[Opening Source records section]

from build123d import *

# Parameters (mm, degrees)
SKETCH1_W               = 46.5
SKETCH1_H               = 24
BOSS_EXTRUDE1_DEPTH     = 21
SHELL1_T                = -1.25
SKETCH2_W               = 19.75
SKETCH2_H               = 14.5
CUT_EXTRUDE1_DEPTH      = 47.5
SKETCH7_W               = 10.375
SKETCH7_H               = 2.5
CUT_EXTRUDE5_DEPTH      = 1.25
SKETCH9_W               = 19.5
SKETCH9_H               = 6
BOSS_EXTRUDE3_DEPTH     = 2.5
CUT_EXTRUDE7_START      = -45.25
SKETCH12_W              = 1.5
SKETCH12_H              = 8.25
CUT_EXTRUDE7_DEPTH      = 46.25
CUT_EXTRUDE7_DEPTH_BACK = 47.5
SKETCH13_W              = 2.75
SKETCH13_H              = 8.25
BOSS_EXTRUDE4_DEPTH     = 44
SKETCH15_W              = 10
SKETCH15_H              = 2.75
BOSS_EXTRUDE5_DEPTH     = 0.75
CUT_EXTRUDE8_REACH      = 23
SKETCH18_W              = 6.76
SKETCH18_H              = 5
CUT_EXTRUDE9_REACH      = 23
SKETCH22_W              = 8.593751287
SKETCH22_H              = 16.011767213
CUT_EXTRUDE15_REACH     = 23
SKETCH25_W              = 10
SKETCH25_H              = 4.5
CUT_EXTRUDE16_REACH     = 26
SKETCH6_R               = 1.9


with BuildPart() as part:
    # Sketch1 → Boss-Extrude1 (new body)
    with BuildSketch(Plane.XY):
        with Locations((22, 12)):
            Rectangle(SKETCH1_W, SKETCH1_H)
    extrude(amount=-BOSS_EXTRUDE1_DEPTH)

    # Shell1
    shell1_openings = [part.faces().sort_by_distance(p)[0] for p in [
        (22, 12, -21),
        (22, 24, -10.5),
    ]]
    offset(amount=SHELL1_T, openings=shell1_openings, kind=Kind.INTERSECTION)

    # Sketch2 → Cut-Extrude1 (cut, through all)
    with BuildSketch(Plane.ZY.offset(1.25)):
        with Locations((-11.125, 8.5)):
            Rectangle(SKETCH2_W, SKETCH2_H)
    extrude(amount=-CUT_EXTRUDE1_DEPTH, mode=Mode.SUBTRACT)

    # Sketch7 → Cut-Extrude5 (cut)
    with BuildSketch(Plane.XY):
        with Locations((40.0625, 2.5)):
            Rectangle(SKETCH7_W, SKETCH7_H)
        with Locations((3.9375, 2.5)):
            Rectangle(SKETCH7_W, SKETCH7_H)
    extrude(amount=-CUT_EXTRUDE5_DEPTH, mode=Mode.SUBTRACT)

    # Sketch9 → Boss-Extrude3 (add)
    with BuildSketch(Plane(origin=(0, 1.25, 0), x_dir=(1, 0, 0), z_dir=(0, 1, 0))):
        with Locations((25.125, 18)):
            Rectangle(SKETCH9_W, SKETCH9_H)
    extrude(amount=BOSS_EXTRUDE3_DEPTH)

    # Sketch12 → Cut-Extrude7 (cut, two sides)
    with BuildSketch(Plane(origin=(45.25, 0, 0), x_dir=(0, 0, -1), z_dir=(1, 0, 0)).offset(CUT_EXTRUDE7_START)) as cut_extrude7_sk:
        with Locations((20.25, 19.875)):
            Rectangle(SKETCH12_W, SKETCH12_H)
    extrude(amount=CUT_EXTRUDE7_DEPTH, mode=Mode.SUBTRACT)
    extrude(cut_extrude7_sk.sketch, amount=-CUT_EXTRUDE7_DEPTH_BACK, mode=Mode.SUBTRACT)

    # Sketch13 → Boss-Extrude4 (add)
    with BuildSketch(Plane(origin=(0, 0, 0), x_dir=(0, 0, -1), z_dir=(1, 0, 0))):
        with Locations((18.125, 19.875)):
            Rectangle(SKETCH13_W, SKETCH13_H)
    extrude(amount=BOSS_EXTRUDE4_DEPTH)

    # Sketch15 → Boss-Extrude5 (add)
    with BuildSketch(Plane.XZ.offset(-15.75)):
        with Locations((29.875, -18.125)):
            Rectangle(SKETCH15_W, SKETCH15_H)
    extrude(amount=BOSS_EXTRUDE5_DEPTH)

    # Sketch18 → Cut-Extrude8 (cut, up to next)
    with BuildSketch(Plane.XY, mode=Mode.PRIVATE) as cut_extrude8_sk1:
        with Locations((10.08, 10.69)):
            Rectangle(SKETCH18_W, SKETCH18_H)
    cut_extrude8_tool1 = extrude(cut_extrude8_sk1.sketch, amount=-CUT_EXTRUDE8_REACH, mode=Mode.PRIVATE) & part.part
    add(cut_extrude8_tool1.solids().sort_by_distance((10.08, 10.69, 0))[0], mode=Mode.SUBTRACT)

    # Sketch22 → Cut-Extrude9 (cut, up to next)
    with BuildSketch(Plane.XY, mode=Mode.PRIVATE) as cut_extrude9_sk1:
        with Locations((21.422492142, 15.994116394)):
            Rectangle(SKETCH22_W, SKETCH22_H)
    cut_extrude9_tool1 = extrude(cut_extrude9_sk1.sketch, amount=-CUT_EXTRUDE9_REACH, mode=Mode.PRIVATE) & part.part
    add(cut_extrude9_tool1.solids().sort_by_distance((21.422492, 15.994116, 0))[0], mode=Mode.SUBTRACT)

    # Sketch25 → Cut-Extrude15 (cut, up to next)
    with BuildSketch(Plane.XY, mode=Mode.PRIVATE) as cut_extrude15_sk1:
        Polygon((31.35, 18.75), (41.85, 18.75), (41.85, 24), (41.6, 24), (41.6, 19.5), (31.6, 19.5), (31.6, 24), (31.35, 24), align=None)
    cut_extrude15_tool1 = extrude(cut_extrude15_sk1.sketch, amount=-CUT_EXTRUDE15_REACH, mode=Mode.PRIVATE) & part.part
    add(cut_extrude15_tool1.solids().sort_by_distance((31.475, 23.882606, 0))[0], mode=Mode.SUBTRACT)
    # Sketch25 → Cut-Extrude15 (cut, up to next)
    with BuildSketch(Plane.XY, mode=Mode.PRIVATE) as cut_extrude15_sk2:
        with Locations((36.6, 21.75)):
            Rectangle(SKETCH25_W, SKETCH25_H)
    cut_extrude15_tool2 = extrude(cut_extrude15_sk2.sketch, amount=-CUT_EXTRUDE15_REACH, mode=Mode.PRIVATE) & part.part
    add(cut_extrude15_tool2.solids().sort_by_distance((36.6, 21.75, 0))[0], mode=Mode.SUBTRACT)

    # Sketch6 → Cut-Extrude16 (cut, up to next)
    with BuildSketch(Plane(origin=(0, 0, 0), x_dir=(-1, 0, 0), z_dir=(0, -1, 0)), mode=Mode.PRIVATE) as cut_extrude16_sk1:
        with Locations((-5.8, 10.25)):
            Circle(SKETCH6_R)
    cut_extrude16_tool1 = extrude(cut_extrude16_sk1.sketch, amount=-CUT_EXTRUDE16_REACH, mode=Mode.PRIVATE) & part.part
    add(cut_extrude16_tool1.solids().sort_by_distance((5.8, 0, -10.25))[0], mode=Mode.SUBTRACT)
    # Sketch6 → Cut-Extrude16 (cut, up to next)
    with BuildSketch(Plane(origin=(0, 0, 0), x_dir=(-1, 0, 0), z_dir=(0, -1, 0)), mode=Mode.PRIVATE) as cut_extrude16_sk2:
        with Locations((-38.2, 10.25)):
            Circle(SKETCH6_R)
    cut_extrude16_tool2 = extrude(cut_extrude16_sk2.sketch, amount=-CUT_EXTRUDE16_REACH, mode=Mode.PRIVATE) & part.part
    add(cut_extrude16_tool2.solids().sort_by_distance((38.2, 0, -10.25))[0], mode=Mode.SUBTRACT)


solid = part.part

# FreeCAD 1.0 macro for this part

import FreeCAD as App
import Part
import Sketcher

V = App.Vector


def faces_at(feature, points):
    """Names of the faces that lie closest to the given points."""
    faces = feature.Shape.Faces
    near = lambda p: min(range(len(faces)), key=lambda i: faces[i].distToShape(Part.Vertex(*p))[0])
    return sorted({f"Face{near(p) + 1}" for p in points})

doc = App.newDocument("Part")
params = doc.addObject("Spreadsheet::Sheet", "Params")
for row, (alias, value) in enumerate([
    ("sketch1_height", "24 mm"),
    ("sketch1_width", "46.5 mm"),
    ("pad1_length", "21 mm"),
    ("thickness_wall", "1.25 mm"),
    ("sketch2_width", "14.5 mm"),
    ("sketch2_height", "19.75 mm"),
    ("sketch3_height", "2.5 mm"),
    ("pocket2_length", "1.25 mm"),
    ("sketch4_height", "6 mm"),
    ("sketch4_width", "19.5 mm"),
    ("pad2_length", "2.5 mm"),
    ("sketch5_height", "1.5 mm"),
    ("sketch5_width", "8.25 mm"),
    ("sketch6_width", "8.25 mm"),
    ("sketch6_height", "2.75 mm"),
    ("pad3_length", "44 mm"),
    ("sketch7_width", "10 mm"),
    ("sketch7_height", "2.75 mm"),
    ("pad4_length", "0.75 mm"),
    ("sketch8_height", "5 mm"),
    ("sketch8_width", "6.76 mm"),
    ("sketch10_width", "10 mm"),
    ("sketch10_width2", "10.5 mm"),
    ("sketch10_height", "4.5 mm"),
    ("sketch10_height2", "5.25 mm"),
    ("sketch11_width", "10 mm"),
    ("sketch11_height", "4.5 mm"),
    ("sketch12_diameter", "3.8 mm"),
    ("sketch13_diameter", "3.8 mm"),
], start=1):
    params.set(f"A{row}", alias)
    params.set(f"B{row}", "=" + value)
    params.setAlias(f"B{row}", alias)

body = doc.addObject("PartDesign::Body", "Body")
body.AllowCompound = True

sketch1 = doc.addObject("Sketcher::SketchObject", "Sketch")
body.addObject(sketch1)
sketch1.AttachmentSupport = (doc.XY_Plane, [""])
sketch1.MapMode = "FlatFace"
sketch1.addGeometry([
    Part.LineSegment(V(-1.25, 24, 0), V(-1.25, 0, 0)),
    Part.LineSegment(V(-1.25, 0, 0), V(45.25, 0, 0)),
    Part.LineSegment(V(45.25, 0, 0), V(45.25, 24, 0)),
    Part.LineSegment(V(45.25, 24, 0), V(-1.25, 24, 0)),
], False)
sketch1.addConstraint([
    Sketcher.Constraint("Coincident", 0, 2, 1, 1),
    Sketcher.Constraint("Coincident", 1, 2, 2, 1),
    Sketcher.Constraint("Coincident", 2, 2, 3, 1),
    Sketcher.Constraint("Coincident", 3, 2, 0, 1),
    Sketcher.Constraint("Vertical", 0),
    Sketcher.Constraint("Horizontal", 1),
    Sketcher.Constraint("Vertical", 2),
    Sketcher.Constraint("Horizontal", 3),
    Sketcher.Constraint("PointOnObject", 0, 2, -1),
    Sketcher.Constraint("DistanceY", 0, 2, 0, 1, 24.0),
    Sketcher.Constraint("DistanceX", 1, 1, 1, 2, 46.5),
    Sketcher.Constraint("DistanceX", 0, 2, -1, 1, 1.25),
])
sketch1.setExpression("Constraints[9]", "Params.sketch1_height")
sketch1.setExpression("Constraints[10]", "Params.sketch1_width")
pad1 = doc.addObject("PartDesign::Pad", "Pad")
body.addObject(pad1)
pad1.Profile = sketch1
pad1.setExpression("Length", "Params.pad1_length")
pad1.Reversed = True
doc.recompute()

thickness = doc.addObject("PartDesign::Thickness", "Thickness")
body.addObject(thickness)
thickness.Base = (pad1, faces_at(pad1, [(22, 12, -21), (22, 24, -10.5)]))
thickness.setExpression("Value", "Params.thickness_wall")
thickness.Reversed = True
thickness.Join = "Intersection"

sketch2 = doc.addObject("Sketcher::SketchObject", "Sketch001")
body.addObject(sketch2)
sketch2.AttachmentSupport = (doc.YZ_Plane, [""])
sketch2.MapMode = "FlatFace"
sketch2.AttachmentOffset = App.Placement(V(0, 0, -1.25), App.Rotation())
sketch2.addGeometry([
    Part.LineSegment(V(15.75, -21, 0), V(1.25, -21, 0)),
    Part.LineSegment(V(1.25, -21, 0), V(1.25, -1.25, 0)),
    Part.LineSegment(V(1.25, -1.25, 0), V(15.75, -1.25, 0)),
    Part.LineSegment(V(15.75, -1.25, 0), V(15.75, -21, 0)),
], False)
sketch2.addConstraint([
    Sketcher.Constraint("Coincident", 0, 2, 1, 1),
    Sketcher.Constraint("Coincident", 1, 2, 2, 1),
    Sketcher.Constraint("Coincident", 2, 2, 3, 1),
    Sketcher.Constraint("Coincident", 3, 2, 0, 1),
    Sketcher.Constraint("Horizontal", 0),
    Sketcher.Constraint("Vertical", 1),
    Sketcher.Constraint("Horizontal", 2),
    Sketcher.Constraint("Vertical", 3),
    Sketcher.Constraint("DistanceX", 0, 2, 0, 1, 14.5),
    Sketcher.Constraint("DistanceY", 0, 2, -1, 1, 21.0),
    Sketcher.Constraint("DistanceY", 1, 1, 1, 2, 19.75),
    Sketcher.Constraint("DistanceX", -1, 1, 0, 2, 1.25),
])
sketch2.setExpression("Constraints[8]", "Params.sketch2_width")
sketch2.setExpression("Constraints[10]", "Params.sketch2_height")
pocket1 = doc.addObject("PartDesign::Pocket", "Pocket")
body.addObject(pocket1)
pocket1.Profile = sketch2
pocket1.Type = "ThroughAll"
pocket1.Reversed = True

[Closing Source records section]

Problem =
Write down how many lines of the data above contain the word "origin", with nothing else.

Task response =
5